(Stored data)

-*-

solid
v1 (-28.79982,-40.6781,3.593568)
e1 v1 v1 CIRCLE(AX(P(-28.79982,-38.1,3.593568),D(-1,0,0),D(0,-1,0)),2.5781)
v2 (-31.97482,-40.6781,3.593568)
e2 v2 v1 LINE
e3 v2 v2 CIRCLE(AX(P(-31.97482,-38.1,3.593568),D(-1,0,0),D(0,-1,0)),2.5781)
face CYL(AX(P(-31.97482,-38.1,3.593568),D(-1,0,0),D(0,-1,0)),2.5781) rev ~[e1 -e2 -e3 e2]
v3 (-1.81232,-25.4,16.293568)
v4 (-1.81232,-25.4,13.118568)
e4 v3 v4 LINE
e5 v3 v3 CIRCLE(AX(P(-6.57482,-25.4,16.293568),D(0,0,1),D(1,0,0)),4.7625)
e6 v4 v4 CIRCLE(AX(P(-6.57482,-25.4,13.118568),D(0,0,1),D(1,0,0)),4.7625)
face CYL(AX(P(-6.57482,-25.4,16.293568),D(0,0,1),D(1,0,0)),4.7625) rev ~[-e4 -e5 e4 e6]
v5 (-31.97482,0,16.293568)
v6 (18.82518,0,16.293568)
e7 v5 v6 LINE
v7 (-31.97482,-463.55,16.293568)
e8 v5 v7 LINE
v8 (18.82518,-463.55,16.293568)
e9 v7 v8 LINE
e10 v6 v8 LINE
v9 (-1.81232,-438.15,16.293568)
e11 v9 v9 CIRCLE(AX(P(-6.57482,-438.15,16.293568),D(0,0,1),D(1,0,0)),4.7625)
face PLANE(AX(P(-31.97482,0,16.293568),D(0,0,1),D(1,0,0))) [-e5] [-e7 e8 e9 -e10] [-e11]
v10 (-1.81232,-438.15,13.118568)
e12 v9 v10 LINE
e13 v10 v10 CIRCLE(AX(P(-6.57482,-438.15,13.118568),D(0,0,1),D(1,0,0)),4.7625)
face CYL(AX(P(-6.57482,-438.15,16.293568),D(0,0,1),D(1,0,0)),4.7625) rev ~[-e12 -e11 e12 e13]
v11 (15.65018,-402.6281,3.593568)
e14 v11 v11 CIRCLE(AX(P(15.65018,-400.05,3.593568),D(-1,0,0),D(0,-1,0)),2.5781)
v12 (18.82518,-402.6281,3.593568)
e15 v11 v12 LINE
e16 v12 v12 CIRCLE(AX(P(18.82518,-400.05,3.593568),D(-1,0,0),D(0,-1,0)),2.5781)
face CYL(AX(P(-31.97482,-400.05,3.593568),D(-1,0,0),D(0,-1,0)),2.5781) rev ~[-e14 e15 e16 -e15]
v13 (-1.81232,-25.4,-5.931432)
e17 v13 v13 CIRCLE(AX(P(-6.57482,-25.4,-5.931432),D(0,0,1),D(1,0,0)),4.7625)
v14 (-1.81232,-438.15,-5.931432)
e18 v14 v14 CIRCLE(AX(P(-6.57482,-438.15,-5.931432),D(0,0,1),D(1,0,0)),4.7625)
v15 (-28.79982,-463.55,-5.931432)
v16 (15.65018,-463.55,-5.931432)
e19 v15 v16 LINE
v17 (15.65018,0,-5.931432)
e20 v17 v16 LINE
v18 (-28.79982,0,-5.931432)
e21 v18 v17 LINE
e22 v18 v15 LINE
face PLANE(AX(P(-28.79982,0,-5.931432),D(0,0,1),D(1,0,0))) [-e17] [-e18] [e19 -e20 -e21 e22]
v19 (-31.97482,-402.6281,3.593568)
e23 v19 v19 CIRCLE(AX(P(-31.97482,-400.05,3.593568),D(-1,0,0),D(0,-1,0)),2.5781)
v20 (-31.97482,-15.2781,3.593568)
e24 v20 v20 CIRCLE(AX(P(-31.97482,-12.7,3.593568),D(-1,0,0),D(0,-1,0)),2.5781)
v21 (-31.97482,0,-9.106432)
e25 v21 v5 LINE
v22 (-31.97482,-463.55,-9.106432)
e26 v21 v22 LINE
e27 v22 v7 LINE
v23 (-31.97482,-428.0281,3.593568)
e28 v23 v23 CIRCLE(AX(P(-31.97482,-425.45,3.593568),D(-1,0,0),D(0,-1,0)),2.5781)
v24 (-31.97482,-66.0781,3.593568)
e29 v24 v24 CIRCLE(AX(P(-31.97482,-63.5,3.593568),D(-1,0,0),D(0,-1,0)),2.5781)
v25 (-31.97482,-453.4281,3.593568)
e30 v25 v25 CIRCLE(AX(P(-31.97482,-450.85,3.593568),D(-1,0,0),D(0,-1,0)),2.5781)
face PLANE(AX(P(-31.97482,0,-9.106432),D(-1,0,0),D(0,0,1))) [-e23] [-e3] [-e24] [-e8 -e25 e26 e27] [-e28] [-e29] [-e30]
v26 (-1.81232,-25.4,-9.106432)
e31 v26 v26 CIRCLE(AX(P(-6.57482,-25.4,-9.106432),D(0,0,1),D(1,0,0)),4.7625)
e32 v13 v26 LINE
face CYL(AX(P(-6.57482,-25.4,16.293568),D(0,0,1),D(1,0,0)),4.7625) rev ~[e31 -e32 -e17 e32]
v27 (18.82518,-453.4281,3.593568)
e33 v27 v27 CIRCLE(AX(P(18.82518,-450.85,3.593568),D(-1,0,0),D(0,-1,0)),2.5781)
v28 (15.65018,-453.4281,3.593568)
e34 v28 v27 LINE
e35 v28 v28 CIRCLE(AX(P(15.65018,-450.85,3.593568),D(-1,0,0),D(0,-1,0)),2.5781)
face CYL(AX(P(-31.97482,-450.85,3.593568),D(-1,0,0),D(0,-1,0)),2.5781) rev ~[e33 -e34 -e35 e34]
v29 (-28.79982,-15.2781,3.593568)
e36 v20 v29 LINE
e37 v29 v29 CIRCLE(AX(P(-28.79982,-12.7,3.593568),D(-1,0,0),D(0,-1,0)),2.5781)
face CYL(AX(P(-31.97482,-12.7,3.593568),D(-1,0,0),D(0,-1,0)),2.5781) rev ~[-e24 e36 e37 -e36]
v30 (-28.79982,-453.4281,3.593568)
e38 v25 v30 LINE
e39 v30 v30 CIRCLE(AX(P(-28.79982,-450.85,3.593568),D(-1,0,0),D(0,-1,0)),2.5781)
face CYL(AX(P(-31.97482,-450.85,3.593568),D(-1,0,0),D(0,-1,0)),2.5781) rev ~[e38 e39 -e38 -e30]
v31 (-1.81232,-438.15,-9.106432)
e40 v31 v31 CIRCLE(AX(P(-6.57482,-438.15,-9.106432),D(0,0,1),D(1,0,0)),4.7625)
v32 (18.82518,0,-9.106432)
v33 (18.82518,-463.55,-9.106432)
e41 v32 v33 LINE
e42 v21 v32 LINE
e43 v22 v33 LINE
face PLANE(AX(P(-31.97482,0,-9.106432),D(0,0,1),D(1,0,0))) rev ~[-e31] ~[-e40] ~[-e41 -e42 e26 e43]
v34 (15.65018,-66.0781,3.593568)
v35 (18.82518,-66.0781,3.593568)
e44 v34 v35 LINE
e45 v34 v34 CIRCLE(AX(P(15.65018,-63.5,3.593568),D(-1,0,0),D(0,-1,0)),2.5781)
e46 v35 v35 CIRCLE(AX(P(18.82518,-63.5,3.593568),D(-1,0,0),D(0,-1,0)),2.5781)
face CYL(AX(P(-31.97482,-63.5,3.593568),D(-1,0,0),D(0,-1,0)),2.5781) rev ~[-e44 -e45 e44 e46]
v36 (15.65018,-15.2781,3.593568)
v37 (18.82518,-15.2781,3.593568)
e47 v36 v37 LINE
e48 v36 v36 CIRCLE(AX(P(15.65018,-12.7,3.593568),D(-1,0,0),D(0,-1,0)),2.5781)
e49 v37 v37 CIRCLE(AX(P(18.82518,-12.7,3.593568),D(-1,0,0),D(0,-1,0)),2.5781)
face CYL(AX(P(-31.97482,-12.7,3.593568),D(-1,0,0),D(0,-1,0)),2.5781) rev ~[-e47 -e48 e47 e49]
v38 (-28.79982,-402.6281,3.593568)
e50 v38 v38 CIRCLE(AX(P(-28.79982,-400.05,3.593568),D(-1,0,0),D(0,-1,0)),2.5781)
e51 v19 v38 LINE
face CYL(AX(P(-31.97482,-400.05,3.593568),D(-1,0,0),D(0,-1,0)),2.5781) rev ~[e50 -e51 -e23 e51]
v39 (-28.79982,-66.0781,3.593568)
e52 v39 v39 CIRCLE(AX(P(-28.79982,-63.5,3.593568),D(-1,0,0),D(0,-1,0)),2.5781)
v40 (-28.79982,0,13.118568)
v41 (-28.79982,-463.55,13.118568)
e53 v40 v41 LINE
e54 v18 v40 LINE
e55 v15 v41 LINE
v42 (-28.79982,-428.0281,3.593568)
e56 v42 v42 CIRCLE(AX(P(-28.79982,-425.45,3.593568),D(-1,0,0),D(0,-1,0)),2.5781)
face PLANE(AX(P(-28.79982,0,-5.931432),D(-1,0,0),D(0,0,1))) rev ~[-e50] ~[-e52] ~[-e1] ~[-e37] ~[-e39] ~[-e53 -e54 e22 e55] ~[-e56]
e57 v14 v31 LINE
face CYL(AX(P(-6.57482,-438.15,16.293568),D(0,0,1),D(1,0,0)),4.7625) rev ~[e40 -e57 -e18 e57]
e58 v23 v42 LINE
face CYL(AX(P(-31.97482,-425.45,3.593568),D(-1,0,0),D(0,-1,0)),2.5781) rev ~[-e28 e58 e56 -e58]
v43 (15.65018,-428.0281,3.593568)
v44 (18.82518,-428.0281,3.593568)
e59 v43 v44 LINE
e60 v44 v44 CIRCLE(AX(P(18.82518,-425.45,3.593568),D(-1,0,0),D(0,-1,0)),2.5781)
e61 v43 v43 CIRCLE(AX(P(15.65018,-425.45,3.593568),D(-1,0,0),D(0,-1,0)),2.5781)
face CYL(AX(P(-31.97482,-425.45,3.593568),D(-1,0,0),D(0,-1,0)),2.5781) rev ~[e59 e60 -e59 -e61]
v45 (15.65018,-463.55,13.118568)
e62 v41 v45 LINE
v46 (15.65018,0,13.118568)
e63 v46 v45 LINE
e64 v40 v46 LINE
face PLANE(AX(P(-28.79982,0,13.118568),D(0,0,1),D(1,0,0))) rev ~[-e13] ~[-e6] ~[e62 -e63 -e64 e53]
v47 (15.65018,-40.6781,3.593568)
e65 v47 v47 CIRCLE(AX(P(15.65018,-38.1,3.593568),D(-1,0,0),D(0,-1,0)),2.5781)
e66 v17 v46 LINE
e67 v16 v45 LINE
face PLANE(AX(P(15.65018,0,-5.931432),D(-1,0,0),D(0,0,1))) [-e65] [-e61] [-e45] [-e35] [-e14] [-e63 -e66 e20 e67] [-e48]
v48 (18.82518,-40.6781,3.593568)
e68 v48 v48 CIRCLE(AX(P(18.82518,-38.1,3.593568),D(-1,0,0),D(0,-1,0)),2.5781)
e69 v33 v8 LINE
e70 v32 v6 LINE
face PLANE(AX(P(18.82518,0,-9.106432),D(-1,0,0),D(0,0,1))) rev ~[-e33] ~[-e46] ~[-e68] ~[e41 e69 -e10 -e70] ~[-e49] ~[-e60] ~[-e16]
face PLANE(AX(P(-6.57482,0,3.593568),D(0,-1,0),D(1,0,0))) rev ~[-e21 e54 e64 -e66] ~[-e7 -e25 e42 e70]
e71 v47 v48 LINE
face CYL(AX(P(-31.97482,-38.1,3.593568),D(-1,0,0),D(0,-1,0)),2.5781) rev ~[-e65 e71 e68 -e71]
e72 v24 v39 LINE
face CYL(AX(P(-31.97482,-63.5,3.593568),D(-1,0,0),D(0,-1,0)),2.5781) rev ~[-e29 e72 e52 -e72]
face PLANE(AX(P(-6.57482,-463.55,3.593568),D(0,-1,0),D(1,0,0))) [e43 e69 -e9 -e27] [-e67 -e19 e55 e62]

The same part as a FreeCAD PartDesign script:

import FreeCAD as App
import Part
import Sketcher
from FreeCAD import Vector
Q = App.Units.Quantity


def add_polygon(sketch, points):
    """Adds a closed chain of lines whose ends are joined by coincident constraints."""
    first, n = sketch.GeometryCount, len(points)
    for a, b in zip(points, points[1:] + points[:1]):
        sketch.addGeometry(Part.LineSegment(App.Vector(*a, 0), App.Vector(*b, 0)), False)
    for i in range(n):
        sketch.addConstraint(Sketcher.Constraint("Coincident", first + i, 2, first + (i + 1) % n, 1))

doc = App.newDocument("Part")
params = doc.addObject("Spreadsheet::Sheet", "Params")
for row, (alias, value) in enumerate([
    ("sketch1_width", "2 in"),
    ("sketch1_height", "1 in"),
    ("sketch1_width2", "1.75 in"),
    ("sketch1_height2", "0.75 in"),
    ("pad1_length", "18.25 in"),
    ("sketch2_diameter", "0.203 in"),
    ("sketch3_diameter", "0.375 in"),
], start=1):
    params.set(f"A{row}", alias)
    params.set(f"B{row}", "=" + value)
    params.setAlias(f"B{row}", alias)

body = doc.addObject("PartDesign::Body", "Body")

# Sketch on XZ plane
sketch1 = body.newObject("Sketcher::SketchObject", "Sketch")
sketch1.AttachmentSupport = (doc.getObject("XZ_Plane"), [""])
sketch1.MapMode = "FlatFace"
add_polygon(sketch1, [(-32, 16), (-32, -9), (19, -9), (19, 16)])  # lines 0-3
add_polygon(sketch1, [(16, -6), (-29, -6), (-29, 13), (16, 13)])  # lines 4-7
sketch1.addConstraint([
    Sketcher.Constraint("Vertical", 0),
    Sketcher.Constraint("Horizontal", 1),
    Sketcher.Constraint("Vertical", 2),
    Sketcher.Constraint("Horizontal", 3),
    Sketcher.Constraint("Horizontal", 4),
    Sketcher.Constraint("Vertical", 5),
    Sketcher.Constraint("Horizontal", 6),
    Sketcher.Constraint("Vertical", 7),
    Sketcher.Constraint("DistanceX", 1, 1, 1, 2, Q("2 in")),
    Sketcher.Constraint("DistanceY", 0, 2, 0, 1, Q("1 in")),
    Sketcher.Constraint("DistanceX", 4, 2, 4, 1, Q("1.75 in")),
    Sketcher.Constraint("DistanceY", 5, 1, 5, 2, Q("0.75 in")),
    Sketcher.Constraint("DistanceX", 0, 2, 4, 2, Q("0.125 in")),
    Sketcher.Constraint("DistanceY", 0, 2, 4, 2, Q("0.125 in")),
    Sketcher.Constraint("DistanceX", 0, 2, -1, 1, Q("31.97482 mm")),
    Sketcher.Constraint("DistanceY", -1, 1, 2, 2, Q("16.293568 mm")),
])
sketch1.setExpression("Constraints[16]", "Params.sketch1_width")
sketch1.setExpression("Constraints[17]", "Params.sketch1_height")
sketch1.setExpression("Constraints[18]", "Params.sketch1_width2")
sketch1.setExpression("Constraints[19]", "Params.sketch1_height2")
pad1 = body.newObject("PartDesign::Pad", "Pad")
pad1.Profile = sketch1
pad1.setExpression("Length", "Params.pad1_length")

# Sketch on YZ plane
sketch2 = body.newObject("Sketcher::SketchObject", "Sketch001")
sketch2.AttachmentSupport = (doc.getObject("YZ_Plane"), [""])
sketch2.MapMode = "FlatFace"
sketch2.AttachmentOffset = App.Placement(Vector(0, 0, -31.97482), App.Rotation())
sketch2.addGeometry([
    Part.Circle(Vector(-12.7, 3.6, 0), Vector(0, 0, 1), 2.6),  # 0
    Part.Circle(Vector(-38.1, 3.6, 0), Vector(0, 0, 1), 2.6),  # 1
    Part.Circle(Vector(-63.5, 3.6, 0), Vector(0, 0, 1), 2.6),  # 2
    Part.Circle(Vector(-400.1, 3.6, 0), Vector(0, 0, 1), 2.6),  # 3
    Part.Circle(Vector(-425.4, 3.6, 0), Vector(0, 0, 1), 2.6),  # 4
    Part.Circle(Vector(-450.9, 3.6, 0), Vector(0, 0, 1), 2.6),  # 5
], False)
sketch2.addConstraint([
    Sketcher.Constraint("Equal", 0, 1),
    Sketcher.Constraint("Equal", 1, 2),
    Sketcher.Constraint("Equal", 2, 3),
    Sketcher.Constraint("Equal", 3, 4),
    Sketcher.Constraint("Equal", 4, 5),
    Sketcher.Constraint("Horizontal", 0, 3, 1, 3),
    Sketcher.Constraint("Horizontal", 1, 3, 2, 3),
    Sketcher.Constraint("Horizontal", 2, 3, 3, 3),
    Sketcher.Constraint("Horizontal", 3, 3, 4, 3),
    Sketcher.Constraint("Horizontal", 4, 3, 5, 3),
    Sketcher.Constraint("Diameter", 0, Q("0.203 in")),
    Sketcher.Constraint("DistanceX", 1, 3, 0, 3, Q("1 in")),
    Sketcher.Constraint("DistanceX", 2, 3, 1, 3, Q("1 in")),
    Sketcher.Constraint("DistanceX", 4, 3, 3, 3, Q("1 in")),
    Sketcher.Constraint("DistanceX", 5, 3, 4, 3, Q("1 in")),
    Sketcher.Constraint("DistanceX", 0, 3, -1, 1, Q("0.5 in")),
    Sketcher.Constraint("DistanceX", 3, 3, -1, 1, Q("15.75 in")),
    Sketcher.Constraint("DistanceY", -1, 1, 0, 3, Q("3.593568 mm")),
])
sketch2.setExpression("Constraints[10]", "Params.sketch2_diameter")
pocket1 = body.newObject("PartDesign::Pocket", "Pocket")
pocket1.Profile = sketch2
pocket1.Type = "ThroughAll"
pocket1.Reversed = True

-*-

WORK ITEM — Using the entries shown above, reproduce verbatim the lines from the line bearing "v10 (-1.81232,-438.15,13.118568)" to the line bearing "e15 v11 v12 LINE", inclusive.

WORKED SOLUTION —
v10 (-1.81232,-438.15,13.118568)
e12 v9 v10 LINE
e13 v10 v10 CIRCLE(AX(P(-6.57482,-438.15,13.118568),D(0,0,1),D(1,0,0)),4.7625)
face CYL(AX(P(-6.57482,-438.15,16.293568),D(0,0,1),D(1,0,0)),4.7625) rev ~[-e12 -e11 e12 e13]
v11 (15.65018,-402.6281,3.593568)
e14 v11 v11 CIRCLE(AX(P(15.65018,-400.05,3.593568),D(-1,0,0),D(0,-1,0)),2.5781)
v12 (18.82518,-402.6281,3.593568)
e15 v11 v12 LINE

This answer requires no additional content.